— What you will do —
Nothing but the lines from the start of the records below through the line that has "#20=EDGE_CURVE('',#14,#14,#19,.T.);" should appear, each exactly as given.

(Supplied data begins)

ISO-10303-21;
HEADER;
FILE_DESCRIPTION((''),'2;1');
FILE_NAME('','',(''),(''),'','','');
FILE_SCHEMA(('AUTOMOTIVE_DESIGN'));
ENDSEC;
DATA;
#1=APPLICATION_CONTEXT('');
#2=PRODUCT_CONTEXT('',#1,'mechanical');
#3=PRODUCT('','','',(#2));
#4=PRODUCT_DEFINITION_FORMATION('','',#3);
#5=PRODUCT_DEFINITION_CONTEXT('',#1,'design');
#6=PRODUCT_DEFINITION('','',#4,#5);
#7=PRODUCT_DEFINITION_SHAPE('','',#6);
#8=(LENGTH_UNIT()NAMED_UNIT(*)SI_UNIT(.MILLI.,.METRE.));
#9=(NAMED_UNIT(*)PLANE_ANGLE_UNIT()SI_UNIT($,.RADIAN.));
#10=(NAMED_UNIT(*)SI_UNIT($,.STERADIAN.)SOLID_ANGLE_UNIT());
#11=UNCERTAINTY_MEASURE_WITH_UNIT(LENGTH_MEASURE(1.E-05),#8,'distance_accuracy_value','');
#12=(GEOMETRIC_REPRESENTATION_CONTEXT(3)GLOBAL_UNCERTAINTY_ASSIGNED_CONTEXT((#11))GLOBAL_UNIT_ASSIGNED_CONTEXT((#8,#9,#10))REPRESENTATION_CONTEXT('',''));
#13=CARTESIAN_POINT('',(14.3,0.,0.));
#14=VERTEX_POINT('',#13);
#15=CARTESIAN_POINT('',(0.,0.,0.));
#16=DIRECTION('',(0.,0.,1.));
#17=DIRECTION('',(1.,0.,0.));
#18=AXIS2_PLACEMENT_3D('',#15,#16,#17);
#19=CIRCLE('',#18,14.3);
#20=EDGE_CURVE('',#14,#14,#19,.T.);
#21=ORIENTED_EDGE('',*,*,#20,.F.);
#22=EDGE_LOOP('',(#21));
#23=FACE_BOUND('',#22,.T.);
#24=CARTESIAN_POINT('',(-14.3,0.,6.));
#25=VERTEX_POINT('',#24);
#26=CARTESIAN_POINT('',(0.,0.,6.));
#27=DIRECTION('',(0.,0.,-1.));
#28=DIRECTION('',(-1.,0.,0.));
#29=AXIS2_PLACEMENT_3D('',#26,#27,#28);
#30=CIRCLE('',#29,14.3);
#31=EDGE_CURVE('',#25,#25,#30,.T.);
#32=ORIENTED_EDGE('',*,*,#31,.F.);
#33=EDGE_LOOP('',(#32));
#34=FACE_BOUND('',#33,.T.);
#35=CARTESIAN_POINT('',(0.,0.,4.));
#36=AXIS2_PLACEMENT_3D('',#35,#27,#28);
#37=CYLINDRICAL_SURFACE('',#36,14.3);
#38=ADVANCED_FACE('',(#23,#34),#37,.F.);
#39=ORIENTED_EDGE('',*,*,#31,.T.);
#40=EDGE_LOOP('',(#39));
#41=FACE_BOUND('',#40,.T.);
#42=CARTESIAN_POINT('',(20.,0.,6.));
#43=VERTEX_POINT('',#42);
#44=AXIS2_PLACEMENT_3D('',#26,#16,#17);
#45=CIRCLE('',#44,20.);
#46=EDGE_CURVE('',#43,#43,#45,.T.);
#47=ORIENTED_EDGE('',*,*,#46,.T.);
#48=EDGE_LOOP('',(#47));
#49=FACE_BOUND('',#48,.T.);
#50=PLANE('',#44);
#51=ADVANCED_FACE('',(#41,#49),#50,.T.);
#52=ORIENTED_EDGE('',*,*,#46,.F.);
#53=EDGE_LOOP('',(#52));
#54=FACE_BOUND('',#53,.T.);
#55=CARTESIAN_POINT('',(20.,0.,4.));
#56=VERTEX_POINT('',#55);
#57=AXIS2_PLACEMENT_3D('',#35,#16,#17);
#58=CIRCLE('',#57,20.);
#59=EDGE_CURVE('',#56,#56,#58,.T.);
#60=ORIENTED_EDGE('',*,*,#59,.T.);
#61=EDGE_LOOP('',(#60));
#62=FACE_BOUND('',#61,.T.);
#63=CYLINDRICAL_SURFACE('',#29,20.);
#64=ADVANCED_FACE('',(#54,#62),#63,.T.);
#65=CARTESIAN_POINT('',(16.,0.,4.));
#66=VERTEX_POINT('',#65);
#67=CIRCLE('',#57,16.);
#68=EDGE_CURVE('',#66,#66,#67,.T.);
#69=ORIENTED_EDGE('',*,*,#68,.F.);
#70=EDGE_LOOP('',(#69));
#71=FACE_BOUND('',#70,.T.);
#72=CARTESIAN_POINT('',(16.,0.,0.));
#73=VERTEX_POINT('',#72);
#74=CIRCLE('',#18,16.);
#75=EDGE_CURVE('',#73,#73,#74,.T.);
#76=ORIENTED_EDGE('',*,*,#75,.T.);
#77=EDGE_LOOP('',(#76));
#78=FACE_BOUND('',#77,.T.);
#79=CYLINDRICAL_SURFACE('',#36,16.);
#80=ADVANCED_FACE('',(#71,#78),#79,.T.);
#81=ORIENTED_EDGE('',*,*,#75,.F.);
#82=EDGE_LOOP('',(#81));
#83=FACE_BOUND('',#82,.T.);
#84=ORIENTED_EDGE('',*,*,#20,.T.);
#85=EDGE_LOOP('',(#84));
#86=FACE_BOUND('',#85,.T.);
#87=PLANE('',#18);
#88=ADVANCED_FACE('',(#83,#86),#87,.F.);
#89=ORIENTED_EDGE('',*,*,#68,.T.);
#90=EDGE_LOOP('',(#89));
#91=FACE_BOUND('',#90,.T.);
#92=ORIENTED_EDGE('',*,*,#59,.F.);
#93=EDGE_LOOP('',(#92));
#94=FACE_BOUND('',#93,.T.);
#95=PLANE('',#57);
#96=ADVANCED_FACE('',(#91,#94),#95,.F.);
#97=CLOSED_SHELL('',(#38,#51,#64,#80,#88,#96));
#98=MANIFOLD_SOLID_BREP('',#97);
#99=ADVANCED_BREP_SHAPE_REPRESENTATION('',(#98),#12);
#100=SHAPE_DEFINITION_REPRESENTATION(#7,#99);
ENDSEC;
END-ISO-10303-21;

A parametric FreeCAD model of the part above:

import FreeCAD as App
import Part
import Sketcher
from FreeCAD import Vector

doc = App.newDocument("Part")
body = doc.addObject("PartDesign::Body", "Body")

sketch1 = doc.addObject("Sketcher::SketchObject", "Sketch")
body.addObject(sketch1)
sketch1.AttachmentSupport = (doc.XY_Plane, [""])
sketch1.MapMode = "FlatFace"
sketch1.addGeometry(Part.Circle(Vector(0, 0, 0), Vector(0, 0, 1), 16), False)
sketch1.addGeometry(Part.Circle(Vector(0, 0, 0), Vector(0, 0, 1), 14), False)
sketch1.addConstraint(Sketcher.Constraint("Coincident", 0, 3, -1, 1))
sketch1.addConstraint(Sketcher.Constraint("Coincident", 1, 3, -1, 1))
sketch1.addConstraint(Sketcher.Constraint("Diameter", 0, 32.0))
sketch1.addConstraint(Sketcher.Constraint("Diameter", 1, 28.6))
pad1 = doc.addObject("PartDesign::Pad", "Pad")
body.addObject(pad1)
pad1.Profile = sketch1
pad1.Length = 4

sketch2 = doc.addObject("Sketcher::SketchObject", "Sketch001")
body.addObject(sketch2)
sketch2.AttachmentSupport = (doc.XY_Plane, [""])
sketch2.MapMode = "FlatFace"
sketch2.AttachmentOffset = App.Placement(Vector(0, 0, 4), App.Rotation())
sketch2.addGeometry(Part.Circle(Vector(0, 0, 0), Vector(0, 0, 1), 20), False)
sketch2.addConstraint(Sketcher.Constraint("Coincident", 0, 3, -1, 1))
sketch2.addConstraint(Sketcher.Constraint("Diameter", 0, 40.0))
pad2 = doc.addObject("PartDesign::Pad", "Pad001")
body.addObject(pad2)
pad2.Profile = sketch2
pad2.Length = 2

sketch3 = doc.addObject("Sketcher::SketchObject", "Sketch002")
body.addObject(sketch3)
sketch3.AttachmentSupport = (doc.XY_Plane, [""])
sketch3.MapMode = "FlatFace"
sketch3.AttachmentOffset = App.Placement(Vector(0, 0, 4), App.Rotation())
sketch3.addGeometry(Part.Circle(Vector(0, 0, 0), Vector(0, 0, 1), 14), False)
sketch3.addConstraint(Sketcher.Constraint("Coincident", 0, 3, -1, 1))
sketch3.addConstraint(Sketcher.Constraint("Diameter", 0, 28.6))
pocket1 = doc.addObject("PartDesign::Pocket", "Pocket")
body.addObject(pocket1)
pocket1.Profile = sketch3
pocket1.Length = 2
pocket1.Reversed = True

doc.recompute()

(Supplied data ends)

— Response for this exercise —
ISO-10303-21;
HEADER;
FILE_DESCRIPTION((''),'2;1');
FILE_NAME('','',(''),(''),'','','');
FILE_SCHEMA(('AUTOMOTIVE_DESIGN'));
ENDSEC;
DATA;
#1=APPLICATION_CONTEXT('');
#2=PRODUCT_CONTEXT('',#1,'mechanical');
#3=PRODUCT('','','',(#2));
#4=PRODUCT_DEFINITION_FORMATION('','',#3);
#5=PRODUCT_DEFINITION_CONTEXT('',#1,'design');
#6=PRODUCT_DEFINITION('','',#4,#5);
#7=PRODUCT_DEFINITION_SHAPE('','',#6);
#8=(LENGTH_UNIT()NAMED_UNIT(*)SI_UNIT(.MILLI.,.METRE.));
#9=(NAMED_UNIT(*)PLANE_ANGLE_UNIT()SI_UNIT($,.RADIAN.));
#10=(NAMED_UNIT(*)SI_UNIT($,.STERADIAN.)SOLID_ANGLE_UNIT());
#11=UNCERTAINTY_MEASURE_WITH_UNIT(LENGTH_MEASURE(1.E-05),#8,'distance_accuracy_value','');
#12=(GEOMETRIC_REPRESENTATION_CONTEXT(3)GLOBAL_UNCERTAINTY_ASSIGNED_CONTEXT((#11))GLOBAL_UNIT_ASSIGNED_CONTEXT((#8,#9,#10))REPRESENTATION_CONTEXT('',''));
#13=CARTESIAN_POINT('',(14.3,0.,0.));
#14=VERTEX_POINT('',#13);
#15=CARTESIAN_POINT('',(0.,0.,0.));
#16=DIRECTION('',(0.,0.,1.));
#17=DIRECTION('',(1.,0.,0.));
#18=AXIS2_PLACEMENT_3D('',#15,#16,#17);
#19=CIRCLE('',#18,14.3);
#20=EDGE_CURVE('',#14,#14,#19,.T.);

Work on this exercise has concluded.